Copy each line of the records below, from the first through the one that contains "#9=(NAMED_UNIT(*)PLANE_ANGLE_UNIT()SI_UNIT($,.RADIAN.));", exactly as written.

::: Given information :::

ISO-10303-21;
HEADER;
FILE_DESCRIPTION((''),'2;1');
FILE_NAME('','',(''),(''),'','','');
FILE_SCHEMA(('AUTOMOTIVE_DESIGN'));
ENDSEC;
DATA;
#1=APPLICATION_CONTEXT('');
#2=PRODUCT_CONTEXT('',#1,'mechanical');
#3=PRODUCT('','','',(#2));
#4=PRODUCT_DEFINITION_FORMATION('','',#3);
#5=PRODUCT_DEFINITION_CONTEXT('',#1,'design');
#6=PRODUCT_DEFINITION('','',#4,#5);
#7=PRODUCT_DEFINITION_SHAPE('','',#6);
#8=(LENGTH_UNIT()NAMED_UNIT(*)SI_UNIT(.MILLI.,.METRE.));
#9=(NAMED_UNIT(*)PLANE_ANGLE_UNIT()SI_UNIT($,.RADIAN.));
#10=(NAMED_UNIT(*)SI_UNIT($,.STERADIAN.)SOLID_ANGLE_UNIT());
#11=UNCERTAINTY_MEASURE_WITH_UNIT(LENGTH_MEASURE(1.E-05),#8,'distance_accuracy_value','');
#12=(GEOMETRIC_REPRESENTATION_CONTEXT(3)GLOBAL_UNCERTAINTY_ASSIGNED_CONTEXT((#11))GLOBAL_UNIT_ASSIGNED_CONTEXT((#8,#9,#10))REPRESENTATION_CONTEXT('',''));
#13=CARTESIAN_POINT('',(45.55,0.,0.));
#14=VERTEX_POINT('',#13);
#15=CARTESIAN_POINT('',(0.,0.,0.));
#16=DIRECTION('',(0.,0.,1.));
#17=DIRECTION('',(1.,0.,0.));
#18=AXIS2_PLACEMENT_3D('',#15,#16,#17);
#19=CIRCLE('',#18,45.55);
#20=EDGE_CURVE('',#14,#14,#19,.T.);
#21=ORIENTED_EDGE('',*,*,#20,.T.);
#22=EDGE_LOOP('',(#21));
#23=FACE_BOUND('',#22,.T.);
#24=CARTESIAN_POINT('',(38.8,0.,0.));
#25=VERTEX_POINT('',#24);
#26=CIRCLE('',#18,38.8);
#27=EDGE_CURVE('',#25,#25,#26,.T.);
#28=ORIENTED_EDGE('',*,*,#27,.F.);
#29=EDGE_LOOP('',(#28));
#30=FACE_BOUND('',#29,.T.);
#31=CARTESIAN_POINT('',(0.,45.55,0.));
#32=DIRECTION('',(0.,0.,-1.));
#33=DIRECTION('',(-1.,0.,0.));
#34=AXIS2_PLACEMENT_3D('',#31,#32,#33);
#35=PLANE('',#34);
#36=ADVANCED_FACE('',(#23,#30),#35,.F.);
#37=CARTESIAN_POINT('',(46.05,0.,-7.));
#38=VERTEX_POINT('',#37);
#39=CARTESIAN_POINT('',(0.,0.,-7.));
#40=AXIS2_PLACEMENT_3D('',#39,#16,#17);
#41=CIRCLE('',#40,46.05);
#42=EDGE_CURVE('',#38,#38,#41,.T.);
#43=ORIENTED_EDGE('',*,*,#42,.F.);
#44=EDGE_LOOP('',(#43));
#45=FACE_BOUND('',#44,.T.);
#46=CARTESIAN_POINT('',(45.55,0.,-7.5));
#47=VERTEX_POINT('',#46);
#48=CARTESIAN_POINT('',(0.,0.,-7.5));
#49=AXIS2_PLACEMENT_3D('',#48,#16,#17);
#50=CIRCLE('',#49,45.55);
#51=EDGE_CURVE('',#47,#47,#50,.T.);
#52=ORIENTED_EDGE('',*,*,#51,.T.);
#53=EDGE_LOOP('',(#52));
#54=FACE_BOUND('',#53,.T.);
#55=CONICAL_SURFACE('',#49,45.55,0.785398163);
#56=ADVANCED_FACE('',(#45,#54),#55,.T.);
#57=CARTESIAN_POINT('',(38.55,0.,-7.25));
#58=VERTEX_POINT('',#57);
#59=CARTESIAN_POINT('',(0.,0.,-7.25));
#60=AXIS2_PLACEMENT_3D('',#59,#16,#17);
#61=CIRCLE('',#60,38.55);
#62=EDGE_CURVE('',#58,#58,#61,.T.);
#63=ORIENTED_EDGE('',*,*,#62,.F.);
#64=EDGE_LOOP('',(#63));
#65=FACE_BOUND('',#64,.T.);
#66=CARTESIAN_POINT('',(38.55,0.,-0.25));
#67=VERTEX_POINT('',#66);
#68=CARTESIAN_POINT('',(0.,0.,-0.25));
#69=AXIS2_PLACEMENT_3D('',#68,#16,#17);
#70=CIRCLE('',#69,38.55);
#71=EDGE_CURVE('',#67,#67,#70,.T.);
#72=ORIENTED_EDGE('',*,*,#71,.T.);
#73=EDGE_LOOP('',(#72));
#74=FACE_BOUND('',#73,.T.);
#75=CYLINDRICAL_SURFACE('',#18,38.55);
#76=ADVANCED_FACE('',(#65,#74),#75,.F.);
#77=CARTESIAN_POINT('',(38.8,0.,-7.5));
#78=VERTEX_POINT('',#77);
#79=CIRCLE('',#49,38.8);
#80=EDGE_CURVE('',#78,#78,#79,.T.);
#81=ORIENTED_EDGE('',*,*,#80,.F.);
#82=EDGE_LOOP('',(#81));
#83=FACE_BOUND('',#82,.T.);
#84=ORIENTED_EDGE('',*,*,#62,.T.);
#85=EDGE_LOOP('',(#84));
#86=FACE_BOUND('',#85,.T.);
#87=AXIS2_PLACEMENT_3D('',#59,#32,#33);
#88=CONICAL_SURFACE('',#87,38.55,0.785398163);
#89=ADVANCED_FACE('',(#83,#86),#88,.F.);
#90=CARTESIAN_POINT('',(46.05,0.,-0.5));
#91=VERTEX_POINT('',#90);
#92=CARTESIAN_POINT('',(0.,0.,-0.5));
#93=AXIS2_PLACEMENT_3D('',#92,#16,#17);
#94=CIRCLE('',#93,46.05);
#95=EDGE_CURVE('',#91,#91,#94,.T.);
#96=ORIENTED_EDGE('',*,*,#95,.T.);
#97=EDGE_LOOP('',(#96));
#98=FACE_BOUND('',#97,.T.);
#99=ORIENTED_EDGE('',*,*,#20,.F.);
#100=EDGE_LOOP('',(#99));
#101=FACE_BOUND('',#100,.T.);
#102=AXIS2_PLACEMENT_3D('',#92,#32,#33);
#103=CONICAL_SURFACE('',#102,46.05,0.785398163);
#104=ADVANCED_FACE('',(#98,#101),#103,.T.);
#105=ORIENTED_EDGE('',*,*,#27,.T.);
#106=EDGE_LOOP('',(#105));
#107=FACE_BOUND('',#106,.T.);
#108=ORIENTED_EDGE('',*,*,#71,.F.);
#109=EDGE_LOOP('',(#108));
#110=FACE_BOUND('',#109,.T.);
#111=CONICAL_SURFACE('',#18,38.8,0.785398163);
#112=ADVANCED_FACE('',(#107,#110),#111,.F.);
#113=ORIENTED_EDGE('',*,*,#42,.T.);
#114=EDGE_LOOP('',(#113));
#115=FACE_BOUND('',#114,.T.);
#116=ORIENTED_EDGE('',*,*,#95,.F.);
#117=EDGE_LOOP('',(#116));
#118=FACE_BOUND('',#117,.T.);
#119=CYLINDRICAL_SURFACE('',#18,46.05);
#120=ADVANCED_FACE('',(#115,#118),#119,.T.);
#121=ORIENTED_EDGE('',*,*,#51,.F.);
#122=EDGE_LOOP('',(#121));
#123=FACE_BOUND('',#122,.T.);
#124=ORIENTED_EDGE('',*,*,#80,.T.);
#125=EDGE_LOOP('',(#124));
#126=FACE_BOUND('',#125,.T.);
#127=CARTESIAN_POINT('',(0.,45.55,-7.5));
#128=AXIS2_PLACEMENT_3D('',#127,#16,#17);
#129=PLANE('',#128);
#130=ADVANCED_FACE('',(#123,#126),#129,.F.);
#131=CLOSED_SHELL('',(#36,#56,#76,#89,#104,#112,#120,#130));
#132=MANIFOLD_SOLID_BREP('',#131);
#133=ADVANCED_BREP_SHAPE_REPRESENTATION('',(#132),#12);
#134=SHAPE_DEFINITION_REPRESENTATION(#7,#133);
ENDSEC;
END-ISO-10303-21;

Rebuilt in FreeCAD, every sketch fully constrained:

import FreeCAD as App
import Part
import Sketcher
Q = App.Units.Quantity

doc = App.newDocument("Part")
body = doc.addObject("PartDesign::Body", "Body")

# Sketch on YZ plane
sketch1 = body.newObject("Sketcher::SketchObject", "Sketch")
sketch1.AttachmentSupport = (doc.getObject("YZ_Plane"), [""])
sketch1.MapMode = "FlatFace"
sketch1.addGeometry([
    Part.LineSegment(App.Vector(38.8, 0, 0), App.Vector(38.55, -0.25, 0)),  # 0
    Part.LineSegment(App.Vector(38.55, -0.25, 0), App.Vector(38.55, -7.25, 0)),  # 1
    Part.LineSegment(App.Vector(38.55, -7.25, 0), App.Vector(38.8, -7.5, 0)),  # 2
    Part.LineSegment(App.Vector(38.8, -7.5, 0), App.Vector(45.55, -7.5, 0)),  # 3
    Part.LineSegment(App.Vector(45.55, -7.5, 0), App.Vector(46.05, -7, 0)),  # 4
    Part.LineSegment(App.Vector(46.05, -7, 0), App.Vector(46.05, -0.5, 0)),  # 5
    Part.LineSegment(App.Vector(46.05, -0.5, 0), App.Vector(45.55, 0, 0)),  # 6
    Part.LineSegment(App.Vector(45.55, 0, 0), App.Vector(38.8, 0, 0)),  # 7
], False)
sketch1.addConstraint([
    Sketcher.Constraint("Coincident", 0, 2, 1, 1),
    Sketcher.Constraint("Coincident", 1, 2, 2, 1),
    Sketcher.Constraint("Coincident", 2, 2, 3, 1),
    Sketcher.Constraint("Coincident", 3, 2, 4, 1),
    Sketcher.Constraint("Coincident", 4, 2, 5, 1),
    Sketcher.Constraint("Coincident", 5, 2, 6, 1),
    Sketcher.Constraint("Coincident", 6, 2, 7, 1),
    Sketcher.Constraint("Coincident", 7, 2, 0, 1),
    Sketcher.Constraint("Vertical", 1),
    Sketcher.Constraint("Horizontal", 3),
    Sketcher.Constraint("Vertical", 5),
    Sketcher.Constraint("Horizontal", 7),
    Sketcher.Constraint("PointOnObject", 6, 2, -1),
    Sketcher.Constraint("Perpendicular", 0, 2),
    Sketcher.Constraint("Perpendicular", 2, 4),
    Sketcher.Constraint("Perpendicular", 4, 6),
    Sketcher.Constraint("Vertical", 3, 2, 6, 2),
    Sketcher.Constraint("Vertical", 2, 2, 7, 2),
    Sketcher.Constraint("Equal", 0, 2),
    Sketcher.Constraint("DistanceY", 1, 2, 1, 1, Q("7 mm")),
    Sketcher.Constraint("DistanceY", 5, 1, 5, 2, Q("6.5 mm")),
    Sketcher.Constraint("DistanceY", 4, 2, -1, 1, Q("7 mm")),
    Sketcher.Constraint("DistanceX", 1, 2, 3, 2, Q("7 mm")),
    Sketcher.Constraint("DistanceX", -1, 1, 2, 2, Q("38.8 mm")),
])
revolution = body.newObject("PartDesign::Revolution", "Revolution")
revolution.Profile = sketch1
revolution.ReferenceAxis = (sketch1, ["V_Axis"])
revolution.Angle = 360

doc.recompute()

:::

Answer section.
ISO-10303-21;
HEADER;
FILE_DESCRIPTION((''),'2;1');
FILE_NAME('','',(''),(''),'','','');
FILE_SCHEMA(('AUTOMOTIVE_DESIGN'));
ENDSEC;
DATA;
#1=APPLICATION_CONTEXT('');
#2=PRODUCT_CONTEXT('',#1,'mechanical');
#3=PRODUCT('','','',(#2));
#4=PRODUCT_DEFINITION_FORMATION('','',#3);
#5=PRODUCT_DEFINITION_CONTEXT('',#1,'design');
#6=PRODUCT_DEFINITION('','',#4,#5);
#7=PRODUCT_DEFINITION_SHAPE('','',#6);
#8=(LENGTH_UNIT()NAMED_UNIT(*)SI_UNIT(.MILLI.,.METRE.));
#9=(NAMED_UNIT(*)PLANE_ANGLE_UNIT()SI_UNIT($,.RADIAN.));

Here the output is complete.